Thursday, December 17, 2009

Dollar optimism or Euro pessimism?

What is going on? We are having a dollar rally. The Euro is off approximately 5% from the highs earlier this month. There usually is dollar weakness as we enter the end of the year. There is really no strong change in the economic fundamentals. Yes, there was improvement in the unemployment rate and retail sales as well as a pop in PPI which suggest that the US economy is doing better. Confidence has risen and industrial production is up. Japan and Great Britain have showed numbers which are slightly negative. Europe seems to have slowed its positive momentum, so on a relative basis the US may be doing slightly better. All good signs which would suggests that risk-on trades should be forthcoming, but we are actually seeing positive dollar flows. The emerging market currencies have not seen the same sell-off as the G10. The really decline has been the EUR and JPY.

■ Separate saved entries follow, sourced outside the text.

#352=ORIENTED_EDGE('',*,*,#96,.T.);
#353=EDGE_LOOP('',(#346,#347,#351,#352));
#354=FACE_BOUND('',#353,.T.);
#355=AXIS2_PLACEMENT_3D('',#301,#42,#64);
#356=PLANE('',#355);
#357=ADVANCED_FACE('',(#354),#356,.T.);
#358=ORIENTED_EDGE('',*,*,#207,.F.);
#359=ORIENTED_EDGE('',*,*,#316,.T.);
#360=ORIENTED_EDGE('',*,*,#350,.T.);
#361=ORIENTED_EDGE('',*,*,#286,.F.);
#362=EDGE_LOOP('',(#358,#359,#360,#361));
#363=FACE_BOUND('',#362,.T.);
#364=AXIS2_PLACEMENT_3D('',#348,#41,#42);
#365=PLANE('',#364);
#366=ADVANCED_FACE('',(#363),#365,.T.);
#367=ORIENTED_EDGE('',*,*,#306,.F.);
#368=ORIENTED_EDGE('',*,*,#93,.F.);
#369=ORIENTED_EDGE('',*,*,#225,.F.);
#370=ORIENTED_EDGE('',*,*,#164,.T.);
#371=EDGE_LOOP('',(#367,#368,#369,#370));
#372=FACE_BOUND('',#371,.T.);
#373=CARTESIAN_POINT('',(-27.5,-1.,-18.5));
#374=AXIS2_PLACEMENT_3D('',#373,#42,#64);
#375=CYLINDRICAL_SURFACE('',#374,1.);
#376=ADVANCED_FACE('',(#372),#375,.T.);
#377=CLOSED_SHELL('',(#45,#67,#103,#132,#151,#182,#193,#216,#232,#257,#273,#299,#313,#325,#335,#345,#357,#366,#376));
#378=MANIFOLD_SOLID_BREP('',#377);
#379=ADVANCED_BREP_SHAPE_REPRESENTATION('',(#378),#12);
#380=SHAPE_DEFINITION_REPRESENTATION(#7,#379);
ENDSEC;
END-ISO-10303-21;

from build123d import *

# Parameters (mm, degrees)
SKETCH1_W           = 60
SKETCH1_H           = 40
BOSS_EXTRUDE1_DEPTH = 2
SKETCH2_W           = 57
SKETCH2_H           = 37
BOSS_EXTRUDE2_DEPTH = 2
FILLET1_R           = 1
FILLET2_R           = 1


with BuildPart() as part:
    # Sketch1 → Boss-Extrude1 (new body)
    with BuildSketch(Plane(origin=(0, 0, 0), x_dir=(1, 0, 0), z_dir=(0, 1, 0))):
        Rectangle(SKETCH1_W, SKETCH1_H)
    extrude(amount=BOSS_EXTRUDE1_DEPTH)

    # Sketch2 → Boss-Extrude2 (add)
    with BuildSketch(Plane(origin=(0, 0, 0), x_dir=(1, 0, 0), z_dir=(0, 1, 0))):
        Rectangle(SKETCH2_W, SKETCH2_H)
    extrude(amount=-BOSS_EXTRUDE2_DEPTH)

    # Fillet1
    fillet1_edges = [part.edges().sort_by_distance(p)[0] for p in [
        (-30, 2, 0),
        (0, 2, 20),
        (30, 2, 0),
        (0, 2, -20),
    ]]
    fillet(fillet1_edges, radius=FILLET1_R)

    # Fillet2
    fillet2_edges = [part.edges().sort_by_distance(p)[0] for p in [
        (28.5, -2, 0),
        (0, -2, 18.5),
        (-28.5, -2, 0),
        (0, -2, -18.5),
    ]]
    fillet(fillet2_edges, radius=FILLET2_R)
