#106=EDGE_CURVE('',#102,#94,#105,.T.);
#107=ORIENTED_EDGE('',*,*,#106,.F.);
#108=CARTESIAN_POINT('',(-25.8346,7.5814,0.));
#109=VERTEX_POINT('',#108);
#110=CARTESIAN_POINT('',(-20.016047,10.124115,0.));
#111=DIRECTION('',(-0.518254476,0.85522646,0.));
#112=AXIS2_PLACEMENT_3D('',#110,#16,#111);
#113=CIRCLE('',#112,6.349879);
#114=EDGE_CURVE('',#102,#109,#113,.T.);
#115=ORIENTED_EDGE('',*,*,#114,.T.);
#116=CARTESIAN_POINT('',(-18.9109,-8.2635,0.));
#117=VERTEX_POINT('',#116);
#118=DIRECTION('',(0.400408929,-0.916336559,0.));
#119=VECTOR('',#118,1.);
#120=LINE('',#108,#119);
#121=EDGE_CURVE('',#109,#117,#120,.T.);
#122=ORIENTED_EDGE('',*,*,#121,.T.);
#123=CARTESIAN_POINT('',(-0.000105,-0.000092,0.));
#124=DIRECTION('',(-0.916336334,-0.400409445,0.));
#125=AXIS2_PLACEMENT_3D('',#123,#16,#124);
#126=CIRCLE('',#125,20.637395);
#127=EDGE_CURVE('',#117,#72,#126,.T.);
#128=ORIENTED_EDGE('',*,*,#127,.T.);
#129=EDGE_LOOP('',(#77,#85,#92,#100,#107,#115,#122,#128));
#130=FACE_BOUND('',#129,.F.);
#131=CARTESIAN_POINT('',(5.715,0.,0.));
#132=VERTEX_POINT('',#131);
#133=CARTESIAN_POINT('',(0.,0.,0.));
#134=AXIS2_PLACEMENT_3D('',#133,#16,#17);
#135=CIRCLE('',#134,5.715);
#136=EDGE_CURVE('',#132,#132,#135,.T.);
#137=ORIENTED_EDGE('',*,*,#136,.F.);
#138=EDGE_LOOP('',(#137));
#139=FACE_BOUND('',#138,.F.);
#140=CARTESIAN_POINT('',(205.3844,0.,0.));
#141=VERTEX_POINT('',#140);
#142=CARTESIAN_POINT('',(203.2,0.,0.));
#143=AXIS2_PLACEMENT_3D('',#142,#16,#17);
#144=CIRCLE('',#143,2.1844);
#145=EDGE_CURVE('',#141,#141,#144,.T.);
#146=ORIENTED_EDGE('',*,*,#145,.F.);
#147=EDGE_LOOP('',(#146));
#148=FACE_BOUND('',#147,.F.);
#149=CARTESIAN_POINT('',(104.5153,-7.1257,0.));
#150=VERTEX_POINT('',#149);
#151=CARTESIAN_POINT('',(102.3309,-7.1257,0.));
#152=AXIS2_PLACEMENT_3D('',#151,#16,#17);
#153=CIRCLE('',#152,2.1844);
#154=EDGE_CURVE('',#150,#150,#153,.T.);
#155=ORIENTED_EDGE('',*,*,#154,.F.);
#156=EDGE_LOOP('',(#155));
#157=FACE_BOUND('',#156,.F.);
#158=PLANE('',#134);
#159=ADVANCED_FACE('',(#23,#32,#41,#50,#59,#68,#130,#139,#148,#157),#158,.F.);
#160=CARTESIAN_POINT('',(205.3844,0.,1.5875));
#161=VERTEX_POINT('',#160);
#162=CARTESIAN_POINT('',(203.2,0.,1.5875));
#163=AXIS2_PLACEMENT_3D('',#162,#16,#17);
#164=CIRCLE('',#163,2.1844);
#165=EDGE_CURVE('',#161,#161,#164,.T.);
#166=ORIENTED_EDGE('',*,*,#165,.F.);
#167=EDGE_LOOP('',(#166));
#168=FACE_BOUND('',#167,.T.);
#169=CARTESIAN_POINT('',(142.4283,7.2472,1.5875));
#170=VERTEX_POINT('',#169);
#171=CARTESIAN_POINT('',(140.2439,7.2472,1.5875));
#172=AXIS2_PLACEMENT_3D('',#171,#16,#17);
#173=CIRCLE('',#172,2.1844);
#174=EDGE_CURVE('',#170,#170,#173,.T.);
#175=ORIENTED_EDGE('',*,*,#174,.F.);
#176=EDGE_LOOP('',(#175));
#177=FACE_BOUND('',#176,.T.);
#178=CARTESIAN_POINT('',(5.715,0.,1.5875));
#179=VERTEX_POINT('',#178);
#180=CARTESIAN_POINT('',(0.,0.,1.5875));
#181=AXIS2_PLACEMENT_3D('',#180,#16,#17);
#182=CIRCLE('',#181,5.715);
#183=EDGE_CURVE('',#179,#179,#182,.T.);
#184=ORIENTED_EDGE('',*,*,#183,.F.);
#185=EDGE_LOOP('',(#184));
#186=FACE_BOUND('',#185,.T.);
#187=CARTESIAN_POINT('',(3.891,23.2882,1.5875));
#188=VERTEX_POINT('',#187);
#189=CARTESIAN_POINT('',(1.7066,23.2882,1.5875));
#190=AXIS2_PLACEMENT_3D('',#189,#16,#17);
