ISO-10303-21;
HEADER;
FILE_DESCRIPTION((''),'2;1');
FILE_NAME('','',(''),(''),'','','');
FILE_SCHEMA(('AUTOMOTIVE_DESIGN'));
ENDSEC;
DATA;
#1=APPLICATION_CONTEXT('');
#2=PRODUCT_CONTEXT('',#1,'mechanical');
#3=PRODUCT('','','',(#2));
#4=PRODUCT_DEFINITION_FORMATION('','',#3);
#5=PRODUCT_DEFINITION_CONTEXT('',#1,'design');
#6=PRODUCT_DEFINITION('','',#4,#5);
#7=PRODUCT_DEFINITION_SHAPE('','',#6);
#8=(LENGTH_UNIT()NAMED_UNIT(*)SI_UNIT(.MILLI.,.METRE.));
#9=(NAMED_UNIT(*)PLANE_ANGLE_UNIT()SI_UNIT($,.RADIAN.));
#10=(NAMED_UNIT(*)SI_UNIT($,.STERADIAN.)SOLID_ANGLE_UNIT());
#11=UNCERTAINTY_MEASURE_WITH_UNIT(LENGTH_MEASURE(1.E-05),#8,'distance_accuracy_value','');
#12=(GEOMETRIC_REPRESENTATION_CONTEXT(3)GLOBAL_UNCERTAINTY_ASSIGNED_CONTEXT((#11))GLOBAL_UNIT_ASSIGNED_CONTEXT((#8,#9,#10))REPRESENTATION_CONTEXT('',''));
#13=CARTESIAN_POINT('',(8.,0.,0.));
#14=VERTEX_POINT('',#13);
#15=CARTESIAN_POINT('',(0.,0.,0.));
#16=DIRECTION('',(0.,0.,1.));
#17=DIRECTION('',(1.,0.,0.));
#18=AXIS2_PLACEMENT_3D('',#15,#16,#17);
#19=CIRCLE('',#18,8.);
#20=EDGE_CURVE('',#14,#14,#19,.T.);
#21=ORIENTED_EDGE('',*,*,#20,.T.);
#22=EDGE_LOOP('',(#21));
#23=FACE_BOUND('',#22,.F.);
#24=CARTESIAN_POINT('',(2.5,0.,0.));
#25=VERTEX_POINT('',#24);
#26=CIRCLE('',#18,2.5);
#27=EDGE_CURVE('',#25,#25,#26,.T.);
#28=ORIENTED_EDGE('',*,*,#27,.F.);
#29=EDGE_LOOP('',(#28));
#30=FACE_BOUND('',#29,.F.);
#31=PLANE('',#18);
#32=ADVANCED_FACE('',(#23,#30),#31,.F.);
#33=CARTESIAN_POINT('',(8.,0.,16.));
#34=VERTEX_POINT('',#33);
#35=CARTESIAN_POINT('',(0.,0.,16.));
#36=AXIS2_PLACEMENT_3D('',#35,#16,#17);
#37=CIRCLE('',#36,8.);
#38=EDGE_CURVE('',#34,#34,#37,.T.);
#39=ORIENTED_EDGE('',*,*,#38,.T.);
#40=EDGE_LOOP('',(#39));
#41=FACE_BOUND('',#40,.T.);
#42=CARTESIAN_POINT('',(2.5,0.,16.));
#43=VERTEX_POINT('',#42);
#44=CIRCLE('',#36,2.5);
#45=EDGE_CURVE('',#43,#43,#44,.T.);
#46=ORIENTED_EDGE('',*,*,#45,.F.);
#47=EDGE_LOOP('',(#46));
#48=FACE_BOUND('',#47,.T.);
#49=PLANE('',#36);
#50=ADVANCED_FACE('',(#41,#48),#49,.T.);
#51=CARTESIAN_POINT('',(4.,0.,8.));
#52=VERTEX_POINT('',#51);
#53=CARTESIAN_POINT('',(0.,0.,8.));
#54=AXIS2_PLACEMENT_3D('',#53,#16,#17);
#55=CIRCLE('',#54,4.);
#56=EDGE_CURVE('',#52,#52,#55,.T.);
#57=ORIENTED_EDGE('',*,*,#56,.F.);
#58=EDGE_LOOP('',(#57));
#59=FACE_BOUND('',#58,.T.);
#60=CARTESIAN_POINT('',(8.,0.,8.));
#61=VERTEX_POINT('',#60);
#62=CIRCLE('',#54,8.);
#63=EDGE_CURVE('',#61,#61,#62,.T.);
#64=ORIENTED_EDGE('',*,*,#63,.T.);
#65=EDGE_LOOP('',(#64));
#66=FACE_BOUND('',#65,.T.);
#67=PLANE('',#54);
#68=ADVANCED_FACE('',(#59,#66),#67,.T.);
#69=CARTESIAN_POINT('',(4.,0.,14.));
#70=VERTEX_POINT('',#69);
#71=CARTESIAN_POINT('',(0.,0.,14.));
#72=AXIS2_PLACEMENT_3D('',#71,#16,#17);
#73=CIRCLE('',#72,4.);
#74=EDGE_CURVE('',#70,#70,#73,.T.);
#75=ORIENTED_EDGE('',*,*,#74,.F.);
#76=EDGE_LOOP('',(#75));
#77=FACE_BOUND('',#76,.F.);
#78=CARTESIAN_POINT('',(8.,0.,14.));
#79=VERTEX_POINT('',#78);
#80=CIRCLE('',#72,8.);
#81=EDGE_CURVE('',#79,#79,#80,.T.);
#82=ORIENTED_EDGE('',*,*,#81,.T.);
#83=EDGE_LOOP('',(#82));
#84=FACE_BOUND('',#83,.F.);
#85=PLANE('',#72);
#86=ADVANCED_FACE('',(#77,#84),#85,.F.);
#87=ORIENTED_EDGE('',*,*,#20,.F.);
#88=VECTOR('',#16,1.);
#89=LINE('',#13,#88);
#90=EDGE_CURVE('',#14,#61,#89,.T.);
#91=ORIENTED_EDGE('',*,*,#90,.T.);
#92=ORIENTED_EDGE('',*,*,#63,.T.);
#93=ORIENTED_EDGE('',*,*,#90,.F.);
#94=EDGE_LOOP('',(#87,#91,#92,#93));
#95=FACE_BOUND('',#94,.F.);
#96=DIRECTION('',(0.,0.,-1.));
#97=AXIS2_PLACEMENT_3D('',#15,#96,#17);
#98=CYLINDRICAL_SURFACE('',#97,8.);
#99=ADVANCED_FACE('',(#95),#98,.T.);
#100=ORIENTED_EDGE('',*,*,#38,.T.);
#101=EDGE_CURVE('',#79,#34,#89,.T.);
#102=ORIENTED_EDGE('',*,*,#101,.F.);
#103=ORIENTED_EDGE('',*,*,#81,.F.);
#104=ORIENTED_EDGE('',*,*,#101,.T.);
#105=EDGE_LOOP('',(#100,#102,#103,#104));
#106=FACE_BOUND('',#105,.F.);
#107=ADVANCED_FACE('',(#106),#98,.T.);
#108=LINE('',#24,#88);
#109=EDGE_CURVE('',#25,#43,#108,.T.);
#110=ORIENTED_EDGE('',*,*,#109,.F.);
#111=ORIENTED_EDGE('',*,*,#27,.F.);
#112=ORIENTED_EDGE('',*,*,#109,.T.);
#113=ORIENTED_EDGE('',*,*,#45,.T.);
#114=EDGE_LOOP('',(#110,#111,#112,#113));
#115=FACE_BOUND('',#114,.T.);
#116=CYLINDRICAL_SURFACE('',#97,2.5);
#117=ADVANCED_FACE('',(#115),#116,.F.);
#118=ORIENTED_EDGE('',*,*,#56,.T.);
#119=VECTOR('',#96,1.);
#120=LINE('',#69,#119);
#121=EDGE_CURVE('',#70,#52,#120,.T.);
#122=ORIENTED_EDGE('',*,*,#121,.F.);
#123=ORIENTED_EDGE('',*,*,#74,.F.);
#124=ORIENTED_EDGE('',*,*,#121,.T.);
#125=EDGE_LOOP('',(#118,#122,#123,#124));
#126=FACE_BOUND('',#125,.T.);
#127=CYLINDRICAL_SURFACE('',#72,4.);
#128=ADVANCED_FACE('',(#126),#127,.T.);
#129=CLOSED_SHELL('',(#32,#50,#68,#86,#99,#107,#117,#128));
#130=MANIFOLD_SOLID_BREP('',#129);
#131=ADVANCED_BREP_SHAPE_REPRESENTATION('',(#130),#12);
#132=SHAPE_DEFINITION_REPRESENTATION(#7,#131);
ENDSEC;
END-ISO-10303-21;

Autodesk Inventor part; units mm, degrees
ref_plane "YZ Plane" through (0, 0, 0) normal (1, 0, 0) x (0, 1, 0)
ref_plane "XZ Plane" through (0, 0, 0) normal (0, 1, 0) x (-1, 0, 0)
sketch "Sketch1" plane through (0, 0, 0) normal (0, 0, 1) x (1, 0, 0)
  circle A0 centre (0, 0) radius 8
  circle A1 centre (0, 0) radius 2.5
  dimension "d0" = 16
  dimension "d3" = 5
extrude "Extrusion1" add sketch "Sketch1" along normal blind 16
ref_plane "Work Plane1" through (0, 0, 14) normal (0, 0, 1) x (1, 0, 0)
sketch "Sketch3" plane through (0, 0, 14) normal (0, 0, 1) x (1, 0, 0)
  circle A0 centre (0, 0) radius 8 projected
  circle A1 centre (0, 0) radius 2.5 projected
  circle A2 centre (0, 0) radius 2.5
  circle A3 centre (0, 0) radius 4
  dimension "d5" = 5
  dimension "d6" = 8
extrude "Extrusion2" cut sketch "Sketch3" against normal blind 6 contours A0
properties part number "pulley-small" material "Aluminum"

The current story seems to be driven by the sovereign risk issues of Greece which may also call into question the fiscal business as usual for the Japanese government. Investors are becoming more sovereign risk aware and the EU is being lumped into one big bundle. Looks like we are seeing euro flight and the only alternative is the dollar. Is this a real dollar rally or just s flight to quality reaction? The interest rate headwinds are large. The monetary and fiscal problems are large. The only positive for a continued rally is a a robust economy in the US relative to the rest of the world. I have been in the lazy V recovery camp so I have been skeptical of a dollar rally. I will have to look closely at the economic information in January. Short-term momentum will cause traders to be long dollars. The fundamentals are less clear.